- _WORK INSTRUCTIONS_: Please return only the lines from the one holding "v 8.561 10.498 -22.25" through the one holding "v 8.067 -7.5 -22.25", exactly as they appear in the records below, both ends included.

- _GIVEN RECORDS_:
--

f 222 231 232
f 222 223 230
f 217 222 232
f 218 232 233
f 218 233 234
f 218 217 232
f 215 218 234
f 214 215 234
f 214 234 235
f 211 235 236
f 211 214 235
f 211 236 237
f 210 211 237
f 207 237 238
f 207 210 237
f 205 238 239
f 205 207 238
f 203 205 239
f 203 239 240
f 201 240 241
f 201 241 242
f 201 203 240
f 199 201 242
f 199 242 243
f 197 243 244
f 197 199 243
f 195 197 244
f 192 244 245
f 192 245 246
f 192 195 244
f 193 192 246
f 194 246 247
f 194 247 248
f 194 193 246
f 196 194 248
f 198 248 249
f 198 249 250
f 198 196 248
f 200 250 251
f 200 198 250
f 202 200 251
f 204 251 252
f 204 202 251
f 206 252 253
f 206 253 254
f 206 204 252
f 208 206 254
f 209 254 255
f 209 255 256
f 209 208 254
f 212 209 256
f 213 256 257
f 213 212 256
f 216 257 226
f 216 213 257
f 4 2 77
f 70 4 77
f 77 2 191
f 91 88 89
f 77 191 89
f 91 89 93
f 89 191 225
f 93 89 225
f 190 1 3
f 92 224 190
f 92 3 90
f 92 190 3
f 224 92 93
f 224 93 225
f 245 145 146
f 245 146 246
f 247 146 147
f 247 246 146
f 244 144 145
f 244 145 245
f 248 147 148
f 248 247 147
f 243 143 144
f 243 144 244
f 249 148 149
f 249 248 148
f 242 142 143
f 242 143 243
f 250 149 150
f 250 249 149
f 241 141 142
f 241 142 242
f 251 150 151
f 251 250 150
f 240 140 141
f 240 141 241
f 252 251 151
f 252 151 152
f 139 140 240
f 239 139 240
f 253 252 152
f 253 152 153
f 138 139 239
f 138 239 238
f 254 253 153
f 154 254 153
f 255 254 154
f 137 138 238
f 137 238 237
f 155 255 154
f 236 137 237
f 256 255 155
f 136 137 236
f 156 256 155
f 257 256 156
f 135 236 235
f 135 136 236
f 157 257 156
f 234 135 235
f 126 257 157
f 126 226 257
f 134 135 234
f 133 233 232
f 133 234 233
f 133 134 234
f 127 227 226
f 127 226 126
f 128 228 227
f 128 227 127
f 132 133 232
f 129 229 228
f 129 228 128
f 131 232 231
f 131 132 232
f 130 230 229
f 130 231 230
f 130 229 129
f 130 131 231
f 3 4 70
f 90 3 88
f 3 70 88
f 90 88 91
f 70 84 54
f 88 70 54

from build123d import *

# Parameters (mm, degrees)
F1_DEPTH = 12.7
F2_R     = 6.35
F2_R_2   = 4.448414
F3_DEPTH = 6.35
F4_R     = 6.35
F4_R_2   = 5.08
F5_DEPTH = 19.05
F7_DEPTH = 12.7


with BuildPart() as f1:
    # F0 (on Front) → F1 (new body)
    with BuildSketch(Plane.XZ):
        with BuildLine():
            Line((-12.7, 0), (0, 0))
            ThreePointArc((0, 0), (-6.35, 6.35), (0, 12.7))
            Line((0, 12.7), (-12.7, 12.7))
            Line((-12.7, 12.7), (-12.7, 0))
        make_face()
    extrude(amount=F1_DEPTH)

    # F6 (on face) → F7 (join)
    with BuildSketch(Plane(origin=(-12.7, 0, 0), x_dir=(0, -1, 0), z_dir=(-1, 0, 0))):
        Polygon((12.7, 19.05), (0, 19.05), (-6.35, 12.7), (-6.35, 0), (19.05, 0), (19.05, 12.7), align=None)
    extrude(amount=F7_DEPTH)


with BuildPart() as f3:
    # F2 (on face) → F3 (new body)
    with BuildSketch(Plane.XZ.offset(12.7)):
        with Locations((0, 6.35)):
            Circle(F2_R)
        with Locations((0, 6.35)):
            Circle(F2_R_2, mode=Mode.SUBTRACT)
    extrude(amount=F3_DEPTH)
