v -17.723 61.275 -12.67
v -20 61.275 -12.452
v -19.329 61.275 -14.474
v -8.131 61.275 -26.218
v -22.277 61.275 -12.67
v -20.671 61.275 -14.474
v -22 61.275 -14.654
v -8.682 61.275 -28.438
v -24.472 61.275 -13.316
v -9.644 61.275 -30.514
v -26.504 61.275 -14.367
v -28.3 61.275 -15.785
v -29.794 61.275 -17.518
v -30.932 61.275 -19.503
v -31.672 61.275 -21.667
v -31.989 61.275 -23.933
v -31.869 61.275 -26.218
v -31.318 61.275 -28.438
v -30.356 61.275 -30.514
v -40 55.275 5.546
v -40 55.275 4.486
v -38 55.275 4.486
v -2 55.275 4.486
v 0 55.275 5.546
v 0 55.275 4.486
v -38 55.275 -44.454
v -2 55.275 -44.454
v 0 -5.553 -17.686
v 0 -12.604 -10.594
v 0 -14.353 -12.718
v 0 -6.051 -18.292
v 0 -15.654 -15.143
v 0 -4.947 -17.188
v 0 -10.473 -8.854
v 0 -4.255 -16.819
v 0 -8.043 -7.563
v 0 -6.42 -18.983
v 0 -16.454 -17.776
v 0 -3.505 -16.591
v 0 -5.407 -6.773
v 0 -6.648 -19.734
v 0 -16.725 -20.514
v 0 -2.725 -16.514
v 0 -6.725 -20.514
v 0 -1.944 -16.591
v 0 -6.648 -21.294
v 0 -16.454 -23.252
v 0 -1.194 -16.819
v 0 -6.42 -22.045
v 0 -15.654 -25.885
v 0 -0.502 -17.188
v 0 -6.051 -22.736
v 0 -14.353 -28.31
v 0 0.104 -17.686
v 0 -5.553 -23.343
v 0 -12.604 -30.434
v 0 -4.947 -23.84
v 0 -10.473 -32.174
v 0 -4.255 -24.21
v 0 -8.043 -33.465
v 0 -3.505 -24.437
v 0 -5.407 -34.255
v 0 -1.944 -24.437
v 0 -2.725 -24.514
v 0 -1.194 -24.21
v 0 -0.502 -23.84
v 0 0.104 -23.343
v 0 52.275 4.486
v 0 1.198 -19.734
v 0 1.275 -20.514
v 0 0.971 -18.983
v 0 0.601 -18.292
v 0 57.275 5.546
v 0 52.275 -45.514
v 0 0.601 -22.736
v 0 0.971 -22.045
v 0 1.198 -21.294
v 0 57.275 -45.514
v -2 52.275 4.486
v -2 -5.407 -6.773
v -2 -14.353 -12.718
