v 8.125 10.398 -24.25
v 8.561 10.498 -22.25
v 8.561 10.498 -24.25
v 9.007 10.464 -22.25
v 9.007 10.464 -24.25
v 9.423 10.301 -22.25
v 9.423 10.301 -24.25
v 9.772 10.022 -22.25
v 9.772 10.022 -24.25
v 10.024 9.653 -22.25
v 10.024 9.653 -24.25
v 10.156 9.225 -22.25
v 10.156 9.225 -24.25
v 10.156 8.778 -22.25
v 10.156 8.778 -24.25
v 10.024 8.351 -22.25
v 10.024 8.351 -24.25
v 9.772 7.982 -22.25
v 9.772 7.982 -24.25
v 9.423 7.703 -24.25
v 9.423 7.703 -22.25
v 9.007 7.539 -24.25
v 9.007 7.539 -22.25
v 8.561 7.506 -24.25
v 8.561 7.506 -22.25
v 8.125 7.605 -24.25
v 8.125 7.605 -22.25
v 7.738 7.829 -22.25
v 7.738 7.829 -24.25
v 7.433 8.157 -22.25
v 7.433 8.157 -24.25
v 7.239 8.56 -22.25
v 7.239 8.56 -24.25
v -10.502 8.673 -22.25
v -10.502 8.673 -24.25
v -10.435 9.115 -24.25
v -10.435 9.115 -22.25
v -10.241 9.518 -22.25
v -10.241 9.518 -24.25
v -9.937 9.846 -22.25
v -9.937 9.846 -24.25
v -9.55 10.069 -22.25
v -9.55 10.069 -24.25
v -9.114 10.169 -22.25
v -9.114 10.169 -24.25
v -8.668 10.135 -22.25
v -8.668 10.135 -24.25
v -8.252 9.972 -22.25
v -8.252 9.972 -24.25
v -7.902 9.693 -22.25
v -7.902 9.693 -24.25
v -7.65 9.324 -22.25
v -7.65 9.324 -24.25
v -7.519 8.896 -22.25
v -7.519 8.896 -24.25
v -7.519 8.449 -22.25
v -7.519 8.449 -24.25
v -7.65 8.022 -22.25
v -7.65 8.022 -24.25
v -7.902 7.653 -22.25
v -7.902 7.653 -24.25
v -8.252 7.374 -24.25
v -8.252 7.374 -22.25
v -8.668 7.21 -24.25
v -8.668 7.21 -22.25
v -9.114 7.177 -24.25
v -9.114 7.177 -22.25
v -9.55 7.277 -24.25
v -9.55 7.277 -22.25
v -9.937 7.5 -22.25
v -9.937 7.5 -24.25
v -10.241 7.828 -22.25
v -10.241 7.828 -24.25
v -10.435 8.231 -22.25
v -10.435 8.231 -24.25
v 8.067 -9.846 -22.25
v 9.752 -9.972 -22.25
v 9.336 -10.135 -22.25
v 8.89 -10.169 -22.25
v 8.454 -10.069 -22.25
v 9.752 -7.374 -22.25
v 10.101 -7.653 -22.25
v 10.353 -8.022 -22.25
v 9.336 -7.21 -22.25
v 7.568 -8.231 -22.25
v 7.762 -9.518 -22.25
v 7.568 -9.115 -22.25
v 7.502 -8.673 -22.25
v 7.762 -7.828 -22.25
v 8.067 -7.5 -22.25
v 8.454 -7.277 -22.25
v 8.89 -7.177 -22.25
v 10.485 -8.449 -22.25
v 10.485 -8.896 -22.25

--

- _RESULT FOR THIS TASK_:
v 8.561 10.498 -22.25
v 8.561 10.498 -24.25
v 9.007 10.464 -22.25
v 9.007 10.464 -24.25
v 9.423 10.301 -22.25
v 9.423 10.301 -24.25
v 9.772 10.022 -22.25
v 9.772 10.022 -24.25
v 10.024 9.653 -22.25
v 10.024 9.653 -24.25
v 10.156 9.225 -22.25
v 10.156 9.225 -24.25
v 10.156 8.778 -22.25
v 10.156 8.778 -24.25
v 10.024 8.351 -22.25
v 10.024 8.351 -24.25
v 9.772 7.982 -22.25
v 9.772 7.982 -24.25
v 9.423 7.703 -24.25
v 9.423 7.703 -22.25
v 9.007 7.539 -24.25
v 9.007 7.539 -22.25
v 8.561 7.506 -24.25
v 8.561 7.506 -22.25
v 8.125 7.605 -24.25
v 8.125 7.605 -22.25
v 7.738 7.829 -22.25
v 7.738 7.829 -24.25
v 7.433 8.157 -22.25
v 7.433 8.157 -24.25
v 7.239 8.56 -22.25
v 7.239 8.56 -24.25
v -10.502 8.673 -22.25
v -10.502 8.673 -24.25
v -10.435 9.115 -24.25
v -10.435 9.115 -22.25
v -10.241 9.518 -22.25
v -10.241 9.518 -24.25
v -9.937 9.846 -22.25
v -9.937 9.846 -24.25
v -9.55 10.069 -22.25
v -9.55 10.069 -24.25
v -9.114 10.169 -22.25
v -9.114 10.169 -24.25
v -8.668 10.135 -22.25
v -8.668 10.135 -24.25
v -8.252 9.972 -22.25
v -8.252 9.972 -24.25
v -7.902 9.693 -22.25
v -7.902 9.693 -24.25
v -7.65 9.324 -22.25
v -7.65 9.324 -24.25
v -7.519 8.896 -22.25
v -7.519 8.896 -24.25
v -7.519 8.449 -22.25
v -7.519 8.449 -24.25
v -7.65 8.022 -22.25
v -7.65 8.022 -24.25
v -7.902 7.653 -22.25
v -7.902 7.653 -24.25
v -8.252 7.374 -24.25
v -8.252 7.374 -22.25
v -8.668 7.21 -24.25
v -8.668 7.21 -22.25
v -9.114 7.177 -24.25
v -9.114 7.177 -22.25
v -9.55 7.277 -24.25
v -9.55 7.277 -22.25
v -9.937 7.5 -22.25
v -9.937 7.5 -24.25
v -10.241 7.828 -22.25
v -10.241 7.828 -24.25
v -10.435 8.231 -22.25
v -10.435 8.231 -24.25
v 8.067 -9.846 -22.25
v 9.752 -9.972 -22.25
v 9.336 -10.135 -22.25
v 8.89 -10.169 -22.25
v 8.454 -10.069 -22.25
v 9.752 -7.374 -22.25
v 10.101 -7.653 -22.25
v 10.353 -8.022 -22.25
v 9.336 -7.21 -22.25
v 7.568 -8.231 -22.25
v 7.762 -9.518 -22.25
v 7.568 -9.115 -22.25
v 7.502 -8.673 -22.25
v 7.762 -7.828 -22.25
v 8.067 -7.5 -22.25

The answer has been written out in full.